Throw this module’s weeks; we have seen that security can operate at different levels and that we should consider it and its possible consequences seriously. We have all heard about some spectacular attacks that caused to companies and banks lot of money. Securing systems and data requires a lot of work and cannot be obvious as the Internet provided lot of ways to interact and accessing data. Some of the methods used for data security are: Encryption, data signing, usage of firewalls, anti viruses, anti spams, IDS …etc. This is just a wide overview of how and at which level data could be secured. Regardless the protection at these levels (incoming and outgoing traffic, encrypting sensitive data, protecting against known viruses and attacks). Some security experts have looked on ways and methods to include additional security layers at the ISO and communication frameworks. Nowadays, most of the communications are done over the Internet, which are all based upon IP (internet protocol), though it is worth looking at methods to secure at TCP IP protocol’s level.

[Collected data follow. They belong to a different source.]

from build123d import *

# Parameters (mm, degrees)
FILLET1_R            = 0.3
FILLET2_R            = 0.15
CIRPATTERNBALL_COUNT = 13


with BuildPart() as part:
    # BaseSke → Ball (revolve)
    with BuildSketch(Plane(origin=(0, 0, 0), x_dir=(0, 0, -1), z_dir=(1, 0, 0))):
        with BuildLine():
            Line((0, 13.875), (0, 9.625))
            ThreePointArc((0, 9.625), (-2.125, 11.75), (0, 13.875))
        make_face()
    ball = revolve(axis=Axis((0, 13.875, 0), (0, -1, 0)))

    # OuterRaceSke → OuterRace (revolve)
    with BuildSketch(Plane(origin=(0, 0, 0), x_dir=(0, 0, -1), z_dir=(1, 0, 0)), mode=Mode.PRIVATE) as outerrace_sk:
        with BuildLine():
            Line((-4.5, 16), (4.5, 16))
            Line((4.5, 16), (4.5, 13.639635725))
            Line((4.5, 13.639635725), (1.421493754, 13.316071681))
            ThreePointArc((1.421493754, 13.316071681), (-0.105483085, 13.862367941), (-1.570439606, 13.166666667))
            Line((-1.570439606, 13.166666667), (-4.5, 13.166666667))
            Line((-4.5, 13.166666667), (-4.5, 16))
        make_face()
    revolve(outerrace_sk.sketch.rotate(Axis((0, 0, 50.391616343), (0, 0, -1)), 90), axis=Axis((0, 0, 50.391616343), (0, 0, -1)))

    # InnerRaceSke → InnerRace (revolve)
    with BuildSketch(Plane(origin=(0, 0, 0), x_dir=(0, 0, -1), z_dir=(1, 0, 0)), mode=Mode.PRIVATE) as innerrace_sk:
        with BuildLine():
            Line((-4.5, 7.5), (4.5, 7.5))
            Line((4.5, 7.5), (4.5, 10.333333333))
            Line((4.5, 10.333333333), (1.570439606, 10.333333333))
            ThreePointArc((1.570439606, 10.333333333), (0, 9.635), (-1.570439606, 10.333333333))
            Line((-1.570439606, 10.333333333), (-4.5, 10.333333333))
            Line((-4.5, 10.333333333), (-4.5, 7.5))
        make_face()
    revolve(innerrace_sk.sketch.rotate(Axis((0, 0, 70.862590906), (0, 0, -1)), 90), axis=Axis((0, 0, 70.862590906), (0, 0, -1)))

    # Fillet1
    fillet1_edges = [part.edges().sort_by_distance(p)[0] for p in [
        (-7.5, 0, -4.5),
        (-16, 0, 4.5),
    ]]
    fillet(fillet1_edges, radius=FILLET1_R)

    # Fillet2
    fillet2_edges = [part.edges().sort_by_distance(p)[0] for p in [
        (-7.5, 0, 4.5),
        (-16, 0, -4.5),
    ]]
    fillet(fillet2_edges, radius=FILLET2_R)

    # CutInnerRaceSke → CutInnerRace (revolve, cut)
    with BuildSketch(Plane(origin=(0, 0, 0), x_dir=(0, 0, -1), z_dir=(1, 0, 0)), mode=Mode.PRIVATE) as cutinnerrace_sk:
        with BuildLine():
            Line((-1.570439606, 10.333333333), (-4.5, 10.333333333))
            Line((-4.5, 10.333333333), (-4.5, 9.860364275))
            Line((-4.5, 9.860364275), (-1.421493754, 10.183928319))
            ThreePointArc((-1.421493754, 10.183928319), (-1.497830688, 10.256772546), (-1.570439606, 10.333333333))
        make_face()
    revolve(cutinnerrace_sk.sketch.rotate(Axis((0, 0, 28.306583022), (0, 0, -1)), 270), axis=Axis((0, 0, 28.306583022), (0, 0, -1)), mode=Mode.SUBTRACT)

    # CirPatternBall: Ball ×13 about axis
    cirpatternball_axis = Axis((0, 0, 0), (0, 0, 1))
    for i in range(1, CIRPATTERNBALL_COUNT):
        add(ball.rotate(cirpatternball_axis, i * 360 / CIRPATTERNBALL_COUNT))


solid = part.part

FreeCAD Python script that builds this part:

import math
import FreeCAD as App
import Part
import Sketcher

V = App.Vector
Q = App.Units.Quantity


def edges_at(feature, points):
    """Names of the edges that pass closest to the given points."""
    edges = feature.Shape.Edges
    near = lambda p: min(range(len(edges)), key=lambda i: edges[i].distToShape(Part.Vertex(*p))[0])
    return sorted({f"Edge{near(p) + 1}" for p in points})

doc = App.newDocument("Part")
body = doc.addObject("PartDesign::Body", "Body")

# Sketch on YZ plane
sketch1 = body.newObject("Sketcher::SketchObject", "Sketch")
sketch1.AttachmentSupport = (doc.getObject("YZ_Plane"), [""])
sketch1.MapMode = "FlatFace"
sketch1.addGeometry(Part.LineSegment(V(9.6, 0, 0), V(13.9, 0, 0)), False)
sketch1.addGeometry(Part.ArcOfCircle(Part.Circle(V(11.8, 0, 0), V(0, 0, 1), 2.1), math.radians(0), math.radians(180)), False)
sketch1.addConstraint(Sketcher.Constraint("Coincident", 0, 1, 1, 2))
sketch1.addConstraint(Sketcher.Constraint("Coincident", 1, 1, 0, 2))
sketch1.addConstraint(Sketcher.Constraint("Horizontal", 0))
sketch1.addConstraint(Sketcher.Constraint("PointOnObject", 1, 3, -1))
sketch1.addConstraint(Sketcher.Constraint("PointOnObject", 0, 1, -1))
sketch1.addConstraint(Sketcher.Constraint("Radius", 1, Q("2.125 mm")))
sketch1.addConstraint(Sketcher.Constraint("DistanceX", -1, 1, 1, 3, Q("11.75 mm")))
revolution = body.newObject("PartDesign::Revolution", "Revolution")
revolution.Profile = sketch1
revolution.ReferenceAxis = (sketch1, ["H_Axis"])
revolution.Angle = 360

# Sketch on YZ plane
sketch2 = body.newObject("Sketcher::SketchObject", "Sketch001")
sketch2.AttachmentSupport = (doc.getObject("YZ_Plane"), [""])
sketch2.MapMode = "FlatFace"
sketch2.addGeometry(Part.LineSegment(V(16, -4.5, 0), V(16, 4.5, 0)), False)
sketch2.addGeometry(Part.LineSegment(V(16, 4.5, 0), V(13.2, 4.5, 0)), False)
sketch2.addGeometry(Part.LineSegment(V(13.2, 4.5, 0), V(13.2, 1.6, 0)), False)
sketch2.addGeometry(Part.ArcOfCircle(Part.Circle(V(11.7, 0, 0), V(0, 0, 1), 2.1), math.radians(-42), math.radians(48)), False)
sketch2.addGeometry(Part.LineSegment(V(13.3, -1.4, 0), V(13.6, -4.5, 0)), False)
sketch2.addGeometry(Part.LineSegment(V(13.6, -4.5, 0), V(16, -4.5, 0)), False)
sketch2.addConstraint(Sketcher.Constraint("Coincident", 0, 2, 1, 1))
sketch2.addConstraint(Sketcher.Constraint("Coincident", 1, 2, 2, 1))
sketch2.addConstraint(Sketcher.Constraint("Coincident", 2, 2, 3, 2))
sketch2.addConstraint(Sketcher.Constraint("Coincident", 3, 1, 4, 1))
sketch2.addConstraint(Sketcher.Constraint("Coincident", 4, 2, 5, 1))
sketch2.addConstraint(Sketcher.Constraint("Coincident", 5, 2, 0, 1))
sketch2.addConstraint(Sketcher.Constraint("Vertical", 0))
sketch2.addConstraint(Sketcher.Constraint("Horizontal", 1))
sketch2.addConstraint(Sketcher.Constraint("Vertical", 2))
sketch2.addConstraint(Sketcher.Constraint("Horizontal", 5))
sketch2.addConstraint(Sketcher.Constraint("PointOnObject", 3, 3, -1))
sketch2.addConstraint(Sketcher.Constraint("DistanceY", 0, 1, 0, 2, Q("9 mm")))
sketch2.addConstraint(Sketcher.Constraint("Angle", 4, Q("-84 deg")))
sketch2.addConstraint(Sketcher.Constraint("DistanceX", -1, 1, 0, 2, Q("16 mm")))
sketch2.addConstraint(Sketcher.Constraint("Radius", 3, Q("2.115 mm")))
sketch2.addConstraint(Sketcher.Constraint("DistanceY", -1, 1, 0, 2, Q("4.5 mm")))
sketch2.addConstraint(Sketcher.Constraint("DistanceX", -1, 1, 3, 3, Q("11.75 mm")))
sketch2.addConstraint(Sketcher.Constraint("DistanceY", 2, 2, 2, 1, Q("2.92956 mm")))
sketch2.addConstraint(Sketcher.Constraint("DistanceX", 5, 1, 5, 2, Q("2.360364 mm")))
revolution2 = body.newObject("PartDesign::Revolution", "Revolution001")
revolution2.Profile = sketch2
revolution2.ReferenceAxis = (sketch2, ["V_Axis"])
revolution2.Angle = 360

# Sketch on YZ plane
sketch3 = body.newObject("Sketcher::SketchObject", "Sketch002")
sketch3.AttachmentSupport = (doc.getObject("YZ_Plane"), [""])
sketch3.MapMode = "FlatFace"
sketch3.addGeometry(Part.LineSegment(V(7.5, 4.5, 0), V(7.5, -4.5, 0)), False)
sketch3.addGeometry(Part.LineSegment(V(7.5, -4.5, 0), V(10.3, -4.5, 0)), False)
sketch3.addGeometry(Part.LineSegment(V(10.3, -4.5, 0), V(10.3, -1.6, 0)), False)
sketch3.addGeometry(Part.ArcOfCircle(Part.Circle(V(11.8, 0, 0), V(0, 0, 1), 2.1), math.radians(132), math.radians(228)), False)
sketch3.addGeometry(Part.LineSegment(V(10.3, 1.6, 0), V(10.3, 4.5, 0)), False)
sketch3.addGeometry(Part.LineSegment(V(10.3, 4.5, 0), V(7.5, 4.5, 0)), False)
sketch3.addConstraint(Sketcher.Constraint("Coincident", 0, 2, 1, 1))
sketch3.addConstraint(Sketcher.Constraint("Coincident", 1, 2, 2, 1))
sketch3.addConstraint(Sketcher.Constraint("Coincident", 2, 2, 3, 2))
sketch3.addConstraint(Sketcher.Constraint("Coincident", 3, 1, 4, 1))
sketch3.addConstraint(Sketcher.Constraint("Coincident", 4, 2, 5, 1))
sketch3.addConstraint(Sketcher.Constraint("Coincident", 5, 2, 0, 1))
sketch3.addConstraint(Sketcher.Constraint("Vertical", 0))
sketch3.addConstraint(Sketcher.Constraint("Horizontal", 1))
sketch3.addConstraint(Sketcher.Constraint("Vertical", 2))
sketch3.addConstraint(Sketcher.Constraint("Vertical", 4))
sketch3.addConstraint(Sketcher.Constraint("Horizontal", 5))
sketch3.addConstraint(Sketcher.Constraint("Symmetric", 2, 2, 3, 1, -1))
sketch3.addConstraint(Sketcher.Constraint("Equal", 2, 4))
sketch3.addConstraint(Sketcher.Constraint("DistanceY", 0, 2, 0, 1, Q("9 mm")))
sketch3.addConstraint(Sketcher.Constraint("Radius", 3, Q("2.115 mm")))
sketch3.addConstraint(Sketcher.Constraint("DistanceX", -1, 1, 0, 2, Q("7.5 mm")))
sketch3.addConstraint(Sketcher.Constraint("DistanceX", -1, 1, 3, 3, Q("11.75 mm")))
sketch3.addConstraint(Sketcher.Constraint("DistanceY", 2, 1, 2, 2, Q("2.92956 mm")))
revolution3 = body.newObject("PartDesign::Revolution", "Revolution002")
revolution3.Profile = sketch3
revolution3.ReferenceAxis = (sketch3, ["V_Axis"])
revolution3.Angle = 360
doc.recompute()

fillet = body.newObject("PartDesign::Fillet", "Fillet")
fillet.Base = (revolution3, edges_at(revolution3, [(-7.5, 0, -4.5), (-16, 0, 4.5)]))
fillet.Radius = 0.3
doc.recompute()

fillet2 = body.newObject("PartDesign::Fillet", "Fillet001")
fillet2.Base = (fillet, edges_at(fillet, [(-7.5, 0, 4.5), (-16, 0, -4.5)]))
fillet2.Radius = 0.15

# Sketch on YZ plane
sketch4 = body.newObject("Sketcher::SketchObject", "Sketch003")
sketch4.AttachmentSupport = (doc.getObject("YZ_Plane"), [""])
sketch4.MapMode = "FlatFace"
sketch4.addGeometry(Part.LineSegment(V(10.33, 1.57, 0), V(10.33, 4.5, 0)), False)
sketch4.addGeometry(Part.LineSegment(V(10.33, 4.5, 0), V(9.86, 4.5, 0)), False)
sketch4.addGeometry(Part.LineSegment(V(9.86, 4.5, 0), V(10.18, 1.42, 0)), False)
sketch4.addGeometry(Part.ArcOfCircle(Part.Circle(V(11.75, 0, 0), V(0, 0, 1), 2.12), math.radians(132.05), math.radians(137.77)), False)
sketch4.addConstraint(Sketcher.Constraint("Coincident", 0, 2, 1, 1))
sketch4.addConstraint(Sketcher.Constraint("Coincident", 1, 2, 2, 1))
sketch4.addConstraint(Sketcher.Constraint("Coincident", 2, 2, 3, 2))
sketch4.addConstraint(Sketcher.Constraint("Coincident", 3, 1, 0, 1))
sketch4.addConstraint(Sketcher.Constraint("Vertical", 0))
sketch4.addConstraint(Sketcher.Constraint("Horizontal", 1))
sketch4.addConstraint(Sketcher.Constraint("PointOnObject", 3, 3, -1))
sketch4.addConstraint(Sketcher.Constraint("Angle", 2, Q("-84 deg")))
sketch4.addConstraint(Sketcher.Constraint("Radius", 3, Q("2.115001 mm")))
sketch4.addConstraint(Sketcher.Constraint("DistanceY", -1, 1, 0, 2, Q("4.5 mm")))
sketch4.addConstraint(Sketcher.Constraint("DistanceX", -1, 1, 3, 3, Q("11.75 mm")))
sketch4.addConstraint(Sketcher.Constraint("DistanceX", 1, 2, 1, 1, Q("0.472969 mm")))
sketch4.addConstraint(Sketcher.Constraint("DistanceY", 0, 1, 0, 2, Q("2.92956 mm")))
groove = body.newObject("PartDesign::Groove", "Groove")
groove.Profile = sketch4
groove.ReferenceAxis = (sketch4, ["V_Axis"])
groove.Angle = 360
doc.recompute()

polarpattern = body.newObject("PartDesign::PolarPattern", "PolarPattern")
polarpattern.Originals = [revolution]
polarpattern.Axis = (doc.getObject("Z_Axis"), [""])
polarpattern.Angle = 360
polarpattern.Occurrences = 13
body.Tip = polarpattern

doc.recompute()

One of these methods is IPSec (Internet Protocol Security), developed by IETF and defined in RFC 2401, it aims to support secure exchange of packets at the IP layer. IPSec “Provides a means by which to ensure the authenticity, integrity and confidentiality of data at the network layer of the open system interconnection OSI” (Carmouche, 2006). IPSec operates at the network layer and does not affect in anyway the upper layers. The lower layers are in charge of the connectivity and are not affected by the implementation IPSec, which applies specific security mechanisms on the communication’s streams by applying encryption methods or modes (transport or tunnel).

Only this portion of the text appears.